Por Ana Coradazzi
“Não há segredos que o tempo não revele.”(Jean Racine)
“Os curiosos efeitos colaterais da transparência médica”. Este foi o título escolhido pela médica Danielle Ofri para um artigo que ela publicou recentemente no The New Yorker, intrigante desde o primeiro parágrafo. Danielle inicia o texto confessando seu constrangimento em registrar todas as hipóteses diagnósticas que lhe vieram à mente durante a avaliação de uma paciente com anemia. Desde 2016, a legislação americana prevê o livre acesso dos pacientes a seus registros médicos, em tempo real, sem restrições de dados, inclusive às anotações médicas, e a perspectiva de ter suas anotações escrutinizadas pela paciente paralisou Danielle. À primeira vista, pode parecer uma bobagem que um profissional se sinta desconfortável com algo assim. Posso até ouvir alguém gritando, no fundo da sala: “Quem não deve não teme!” De fato, tendemos a sempre considerar a transparência como algo positivo e desejável, o símbolo máximo da honestidade e da integridade, que permite maior segurança e reduz a possibilidade de erros ou fraudes. Mas eu imediatamente me solidarizei com a autora do artigo, sentindo em mim a mesma preocupação e constrangimento de saber que tudo o que registro nos prontuários dos meus pacientes poderia ser lido por eles ou por seus familiares a qualquer momento, sem que minha permissão (ou a ordem de um juiz) fosse necessária. Não se trata de receio de que descubram eventuais erros médicos. Estamos falando de algo bem mais profundo que isso.

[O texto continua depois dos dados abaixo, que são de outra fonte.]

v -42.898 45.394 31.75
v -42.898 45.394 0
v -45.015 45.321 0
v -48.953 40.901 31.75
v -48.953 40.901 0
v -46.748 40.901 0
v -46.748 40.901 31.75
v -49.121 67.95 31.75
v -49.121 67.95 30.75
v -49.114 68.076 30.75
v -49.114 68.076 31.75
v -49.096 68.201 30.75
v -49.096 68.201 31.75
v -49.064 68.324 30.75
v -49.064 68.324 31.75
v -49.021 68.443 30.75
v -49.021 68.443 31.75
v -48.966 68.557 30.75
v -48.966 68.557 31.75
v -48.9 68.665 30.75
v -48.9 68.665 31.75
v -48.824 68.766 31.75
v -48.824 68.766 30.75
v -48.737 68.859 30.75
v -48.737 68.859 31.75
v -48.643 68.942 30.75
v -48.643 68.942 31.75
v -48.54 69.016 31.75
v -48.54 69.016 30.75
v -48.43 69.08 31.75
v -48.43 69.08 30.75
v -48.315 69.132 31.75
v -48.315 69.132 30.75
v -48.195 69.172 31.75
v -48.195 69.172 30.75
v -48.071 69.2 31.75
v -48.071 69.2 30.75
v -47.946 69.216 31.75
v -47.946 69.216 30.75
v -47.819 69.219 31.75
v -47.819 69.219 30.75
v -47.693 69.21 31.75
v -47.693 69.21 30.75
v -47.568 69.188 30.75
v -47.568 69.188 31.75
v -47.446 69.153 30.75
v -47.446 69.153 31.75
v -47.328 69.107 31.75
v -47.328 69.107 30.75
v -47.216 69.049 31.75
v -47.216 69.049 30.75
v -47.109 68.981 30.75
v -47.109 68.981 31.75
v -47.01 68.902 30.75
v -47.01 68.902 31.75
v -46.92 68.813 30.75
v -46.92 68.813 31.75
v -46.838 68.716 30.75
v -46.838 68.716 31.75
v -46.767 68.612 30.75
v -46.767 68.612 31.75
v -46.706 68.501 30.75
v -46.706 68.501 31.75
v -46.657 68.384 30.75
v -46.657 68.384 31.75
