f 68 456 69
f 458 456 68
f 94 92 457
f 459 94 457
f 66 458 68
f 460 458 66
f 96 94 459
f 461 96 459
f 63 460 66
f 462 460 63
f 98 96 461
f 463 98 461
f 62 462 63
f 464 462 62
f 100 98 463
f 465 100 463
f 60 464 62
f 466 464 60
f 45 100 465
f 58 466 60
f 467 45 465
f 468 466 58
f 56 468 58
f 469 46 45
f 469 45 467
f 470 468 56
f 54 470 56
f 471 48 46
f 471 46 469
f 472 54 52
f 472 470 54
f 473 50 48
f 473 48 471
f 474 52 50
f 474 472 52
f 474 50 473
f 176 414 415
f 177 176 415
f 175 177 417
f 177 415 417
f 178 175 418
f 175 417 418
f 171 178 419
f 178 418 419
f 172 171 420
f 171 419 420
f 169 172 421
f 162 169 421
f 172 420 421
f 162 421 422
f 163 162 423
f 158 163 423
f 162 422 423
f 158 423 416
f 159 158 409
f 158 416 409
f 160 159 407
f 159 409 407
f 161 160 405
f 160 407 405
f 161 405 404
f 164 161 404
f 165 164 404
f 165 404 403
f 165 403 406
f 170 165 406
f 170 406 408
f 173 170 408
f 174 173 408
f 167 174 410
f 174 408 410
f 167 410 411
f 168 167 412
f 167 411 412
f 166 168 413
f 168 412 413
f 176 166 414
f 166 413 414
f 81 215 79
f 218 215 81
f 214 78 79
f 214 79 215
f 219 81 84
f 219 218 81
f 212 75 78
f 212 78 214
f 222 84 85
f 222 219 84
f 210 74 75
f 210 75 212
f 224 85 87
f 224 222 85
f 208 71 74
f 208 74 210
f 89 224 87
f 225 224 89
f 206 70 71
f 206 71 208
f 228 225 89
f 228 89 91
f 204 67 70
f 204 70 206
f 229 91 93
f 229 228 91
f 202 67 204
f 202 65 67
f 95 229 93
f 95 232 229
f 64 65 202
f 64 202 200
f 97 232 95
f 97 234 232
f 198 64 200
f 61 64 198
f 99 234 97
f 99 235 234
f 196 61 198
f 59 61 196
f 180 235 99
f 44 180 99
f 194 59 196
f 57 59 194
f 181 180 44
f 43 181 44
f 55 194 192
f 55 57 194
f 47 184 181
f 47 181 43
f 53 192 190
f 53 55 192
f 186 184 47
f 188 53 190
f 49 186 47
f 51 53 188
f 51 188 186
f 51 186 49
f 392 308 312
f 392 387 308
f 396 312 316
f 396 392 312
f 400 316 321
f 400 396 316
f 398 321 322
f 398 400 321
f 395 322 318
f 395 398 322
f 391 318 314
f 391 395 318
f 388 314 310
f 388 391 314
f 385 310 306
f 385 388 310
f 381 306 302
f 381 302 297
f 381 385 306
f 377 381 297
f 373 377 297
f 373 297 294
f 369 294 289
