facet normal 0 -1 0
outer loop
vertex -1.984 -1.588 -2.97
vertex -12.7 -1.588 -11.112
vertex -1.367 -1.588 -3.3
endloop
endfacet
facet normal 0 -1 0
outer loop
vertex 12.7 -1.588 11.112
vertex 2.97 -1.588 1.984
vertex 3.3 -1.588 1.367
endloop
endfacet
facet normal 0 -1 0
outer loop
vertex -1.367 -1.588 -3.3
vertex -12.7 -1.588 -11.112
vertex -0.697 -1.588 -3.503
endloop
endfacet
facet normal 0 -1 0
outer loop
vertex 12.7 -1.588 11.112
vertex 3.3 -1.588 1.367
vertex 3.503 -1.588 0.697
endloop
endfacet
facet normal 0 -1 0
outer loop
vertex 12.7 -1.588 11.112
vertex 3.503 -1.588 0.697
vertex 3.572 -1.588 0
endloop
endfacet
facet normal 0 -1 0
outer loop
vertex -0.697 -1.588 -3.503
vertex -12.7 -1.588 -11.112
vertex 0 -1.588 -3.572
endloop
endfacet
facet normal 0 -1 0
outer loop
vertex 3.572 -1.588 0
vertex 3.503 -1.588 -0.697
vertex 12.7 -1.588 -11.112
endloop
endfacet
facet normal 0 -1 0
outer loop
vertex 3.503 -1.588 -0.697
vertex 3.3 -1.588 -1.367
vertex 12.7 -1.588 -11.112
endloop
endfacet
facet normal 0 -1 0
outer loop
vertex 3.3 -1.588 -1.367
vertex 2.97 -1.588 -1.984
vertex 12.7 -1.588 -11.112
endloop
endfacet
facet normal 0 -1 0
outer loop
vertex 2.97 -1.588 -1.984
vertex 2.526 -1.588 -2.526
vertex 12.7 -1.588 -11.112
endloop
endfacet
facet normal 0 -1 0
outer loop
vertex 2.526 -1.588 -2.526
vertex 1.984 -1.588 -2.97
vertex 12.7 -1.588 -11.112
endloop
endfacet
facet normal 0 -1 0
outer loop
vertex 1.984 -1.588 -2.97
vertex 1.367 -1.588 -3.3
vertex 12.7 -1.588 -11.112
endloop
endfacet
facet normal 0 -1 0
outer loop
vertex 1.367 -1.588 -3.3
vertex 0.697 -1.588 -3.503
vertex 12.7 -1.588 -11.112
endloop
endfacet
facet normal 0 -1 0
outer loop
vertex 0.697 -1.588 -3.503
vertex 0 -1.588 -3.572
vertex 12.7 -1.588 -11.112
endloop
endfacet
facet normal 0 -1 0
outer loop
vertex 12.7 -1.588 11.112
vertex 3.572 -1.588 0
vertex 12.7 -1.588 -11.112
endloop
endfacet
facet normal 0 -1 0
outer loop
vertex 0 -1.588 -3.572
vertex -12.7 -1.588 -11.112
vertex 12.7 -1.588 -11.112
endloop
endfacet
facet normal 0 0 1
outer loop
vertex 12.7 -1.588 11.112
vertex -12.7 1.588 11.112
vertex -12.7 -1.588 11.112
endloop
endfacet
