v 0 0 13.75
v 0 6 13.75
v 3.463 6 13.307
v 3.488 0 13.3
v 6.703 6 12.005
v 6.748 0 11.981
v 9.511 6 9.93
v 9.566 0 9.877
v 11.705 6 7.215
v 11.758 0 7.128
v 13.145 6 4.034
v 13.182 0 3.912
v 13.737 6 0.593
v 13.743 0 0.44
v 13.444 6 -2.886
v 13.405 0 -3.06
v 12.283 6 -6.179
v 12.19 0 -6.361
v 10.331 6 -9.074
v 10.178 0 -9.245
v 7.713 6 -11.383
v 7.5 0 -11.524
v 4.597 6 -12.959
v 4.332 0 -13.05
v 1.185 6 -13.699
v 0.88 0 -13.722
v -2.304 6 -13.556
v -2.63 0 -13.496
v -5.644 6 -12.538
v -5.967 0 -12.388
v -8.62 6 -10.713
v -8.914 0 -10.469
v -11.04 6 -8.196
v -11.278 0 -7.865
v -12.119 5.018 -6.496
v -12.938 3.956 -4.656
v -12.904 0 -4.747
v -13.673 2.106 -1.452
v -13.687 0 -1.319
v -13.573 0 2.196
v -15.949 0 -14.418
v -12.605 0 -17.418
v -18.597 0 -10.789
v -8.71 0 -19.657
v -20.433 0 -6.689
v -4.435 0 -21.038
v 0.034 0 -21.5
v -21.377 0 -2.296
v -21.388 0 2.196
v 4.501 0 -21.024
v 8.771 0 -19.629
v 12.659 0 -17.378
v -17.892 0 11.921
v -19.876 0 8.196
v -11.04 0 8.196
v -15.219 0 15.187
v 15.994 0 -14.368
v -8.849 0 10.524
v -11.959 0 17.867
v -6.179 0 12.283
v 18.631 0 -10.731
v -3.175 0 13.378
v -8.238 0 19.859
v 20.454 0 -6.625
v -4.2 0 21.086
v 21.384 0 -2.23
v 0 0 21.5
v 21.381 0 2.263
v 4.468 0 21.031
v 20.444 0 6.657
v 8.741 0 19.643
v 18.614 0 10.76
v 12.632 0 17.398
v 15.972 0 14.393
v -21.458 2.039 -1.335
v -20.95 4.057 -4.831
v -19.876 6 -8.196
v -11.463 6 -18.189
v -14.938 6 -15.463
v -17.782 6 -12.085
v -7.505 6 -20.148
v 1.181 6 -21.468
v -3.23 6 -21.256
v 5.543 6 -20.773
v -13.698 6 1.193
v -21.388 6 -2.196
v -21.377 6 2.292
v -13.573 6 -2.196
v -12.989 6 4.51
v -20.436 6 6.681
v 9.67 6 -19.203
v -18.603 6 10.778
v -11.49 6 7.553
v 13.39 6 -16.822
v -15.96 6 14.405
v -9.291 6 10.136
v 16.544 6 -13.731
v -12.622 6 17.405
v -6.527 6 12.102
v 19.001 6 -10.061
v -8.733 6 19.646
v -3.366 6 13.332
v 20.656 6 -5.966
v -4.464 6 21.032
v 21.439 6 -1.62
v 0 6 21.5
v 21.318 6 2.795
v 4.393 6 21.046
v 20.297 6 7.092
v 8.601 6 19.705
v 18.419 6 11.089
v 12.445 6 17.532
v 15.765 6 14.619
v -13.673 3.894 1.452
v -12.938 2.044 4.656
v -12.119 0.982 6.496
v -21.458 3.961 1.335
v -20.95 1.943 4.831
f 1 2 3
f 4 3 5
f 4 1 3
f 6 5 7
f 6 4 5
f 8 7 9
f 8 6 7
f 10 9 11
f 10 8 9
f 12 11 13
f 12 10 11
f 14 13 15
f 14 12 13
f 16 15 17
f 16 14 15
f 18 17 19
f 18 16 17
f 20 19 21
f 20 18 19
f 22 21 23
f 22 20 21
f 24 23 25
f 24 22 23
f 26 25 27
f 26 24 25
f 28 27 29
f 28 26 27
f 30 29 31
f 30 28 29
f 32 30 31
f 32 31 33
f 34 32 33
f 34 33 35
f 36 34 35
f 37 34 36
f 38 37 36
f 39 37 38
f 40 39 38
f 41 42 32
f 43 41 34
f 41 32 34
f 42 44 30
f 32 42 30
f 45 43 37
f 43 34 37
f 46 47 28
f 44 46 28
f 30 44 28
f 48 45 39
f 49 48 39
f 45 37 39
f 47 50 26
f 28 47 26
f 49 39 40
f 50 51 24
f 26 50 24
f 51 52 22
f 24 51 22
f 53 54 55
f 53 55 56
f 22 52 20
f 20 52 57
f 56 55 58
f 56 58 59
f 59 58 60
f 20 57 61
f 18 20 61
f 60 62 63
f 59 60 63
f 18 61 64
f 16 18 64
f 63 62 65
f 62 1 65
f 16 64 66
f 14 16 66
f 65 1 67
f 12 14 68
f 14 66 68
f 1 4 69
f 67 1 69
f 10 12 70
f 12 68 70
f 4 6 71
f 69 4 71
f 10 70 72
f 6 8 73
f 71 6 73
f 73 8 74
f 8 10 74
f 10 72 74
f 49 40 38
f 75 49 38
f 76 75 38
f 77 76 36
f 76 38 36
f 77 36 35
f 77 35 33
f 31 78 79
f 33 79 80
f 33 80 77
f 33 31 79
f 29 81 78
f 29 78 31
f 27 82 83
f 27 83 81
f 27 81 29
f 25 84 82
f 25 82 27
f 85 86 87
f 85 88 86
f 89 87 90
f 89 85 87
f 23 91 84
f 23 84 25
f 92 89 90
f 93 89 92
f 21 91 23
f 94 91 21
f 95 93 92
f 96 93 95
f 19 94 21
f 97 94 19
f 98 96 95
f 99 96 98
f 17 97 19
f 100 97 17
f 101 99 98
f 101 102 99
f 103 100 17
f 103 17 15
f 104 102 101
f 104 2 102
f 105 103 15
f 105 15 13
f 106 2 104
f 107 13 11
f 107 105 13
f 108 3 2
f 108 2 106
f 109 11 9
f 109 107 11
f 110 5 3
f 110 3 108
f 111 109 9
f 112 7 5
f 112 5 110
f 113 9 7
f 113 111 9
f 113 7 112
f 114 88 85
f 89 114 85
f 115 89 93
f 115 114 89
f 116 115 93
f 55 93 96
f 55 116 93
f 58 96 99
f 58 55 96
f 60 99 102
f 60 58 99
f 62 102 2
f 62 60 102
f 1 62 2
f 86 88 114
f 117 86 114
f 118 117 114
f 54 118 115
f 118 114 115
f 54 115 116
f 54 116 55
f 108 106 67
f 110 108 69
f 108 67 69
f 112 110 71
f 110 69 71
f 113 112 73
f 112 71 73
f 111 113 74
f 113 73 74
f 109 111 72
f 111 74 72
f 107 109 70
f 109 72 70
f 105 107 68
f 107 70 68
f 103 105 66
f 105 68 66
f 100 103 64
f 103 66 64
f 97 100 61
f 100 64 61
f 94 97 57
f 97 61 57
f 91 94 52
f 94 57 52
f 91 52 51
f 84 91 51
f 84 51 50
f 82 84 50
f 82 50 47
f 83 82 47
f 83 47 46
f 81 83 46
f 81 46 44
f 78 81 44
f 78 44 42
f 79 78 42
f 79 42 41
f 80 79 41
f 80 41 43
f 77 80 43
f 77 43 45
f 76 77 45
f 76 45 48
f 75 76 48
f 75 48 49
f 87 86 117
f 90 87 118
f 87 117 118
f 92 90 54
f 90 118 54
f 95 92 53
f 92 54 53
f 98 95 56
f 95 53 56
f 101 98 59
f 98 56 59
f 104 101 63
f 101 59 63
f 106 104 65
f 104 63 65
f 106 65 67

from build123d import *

# Parameters (mm, degrees)
SKETCH1_R      = 21.5
SKETCH1_R_2    = 13.75
EXTRUDE1_DEPTH = 6
EXTRUDE2_DEPTH = 31.991934435


with BuildPart() as part:
    # Sketch1 → Extrude1 (new body)
    with BuildSketch(Plane(origin=(0, 0, 0), x_dir=(1, 0, 0), z_dir=(0, 1, 0))):
        with Locations(Location((0, 0, 0), (0, 0, 270))):
            Circle(SKETCH1_R)
        with Locations(Location((0, 0, 0), (0, 0, 270))):
            Circle(SKETCH1_R_2, mode=Mode.SUBTRACT)
    extrude(amount=EXTRUDE1_DEPTH)

    # Sketch2 → Extrude2 (cut, through all)
    with BuildSketch(Plane(origin=(0, 0, 0), x_dir=(0, 0, -1), z_dir=(1, 0, 0))):
        Polygon((-8.196152423, 0), (-2.196152423, 0), (8.196152423, 6), (2.196152423, 6), align=None)
    extrude(amount=-EXTRUDE2_DEPTH, mode=Mode.SUBTRACT)


solid = part.part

O artigo de Danielle é longo e aborda com excelência todos os pontos que merecem uma avaliação mais cuidadosa: o desencadeamento desnecessário de ansiedade nos pacientes ao lerem informações que lhes são ininteligíveis; o acesso de familiares a dados que o paciente gostaria de manter sob sigilo; a eventual hesitação de pacientes em contar tudo o que gostariam (ou deveriam) para seus médicos; a mudança de comportamento dos médicos ao saberem que estão sendo observados; entre outros. Mas vou pedir licença para fazer um recorte do que me pareceu mais crucial nisso tudo: a perda de informações, sejam elas técnicas ou pessoais. A meu ver, isso é algo de enorme relevância no cuidado que pretendemos oferecer às pessoas.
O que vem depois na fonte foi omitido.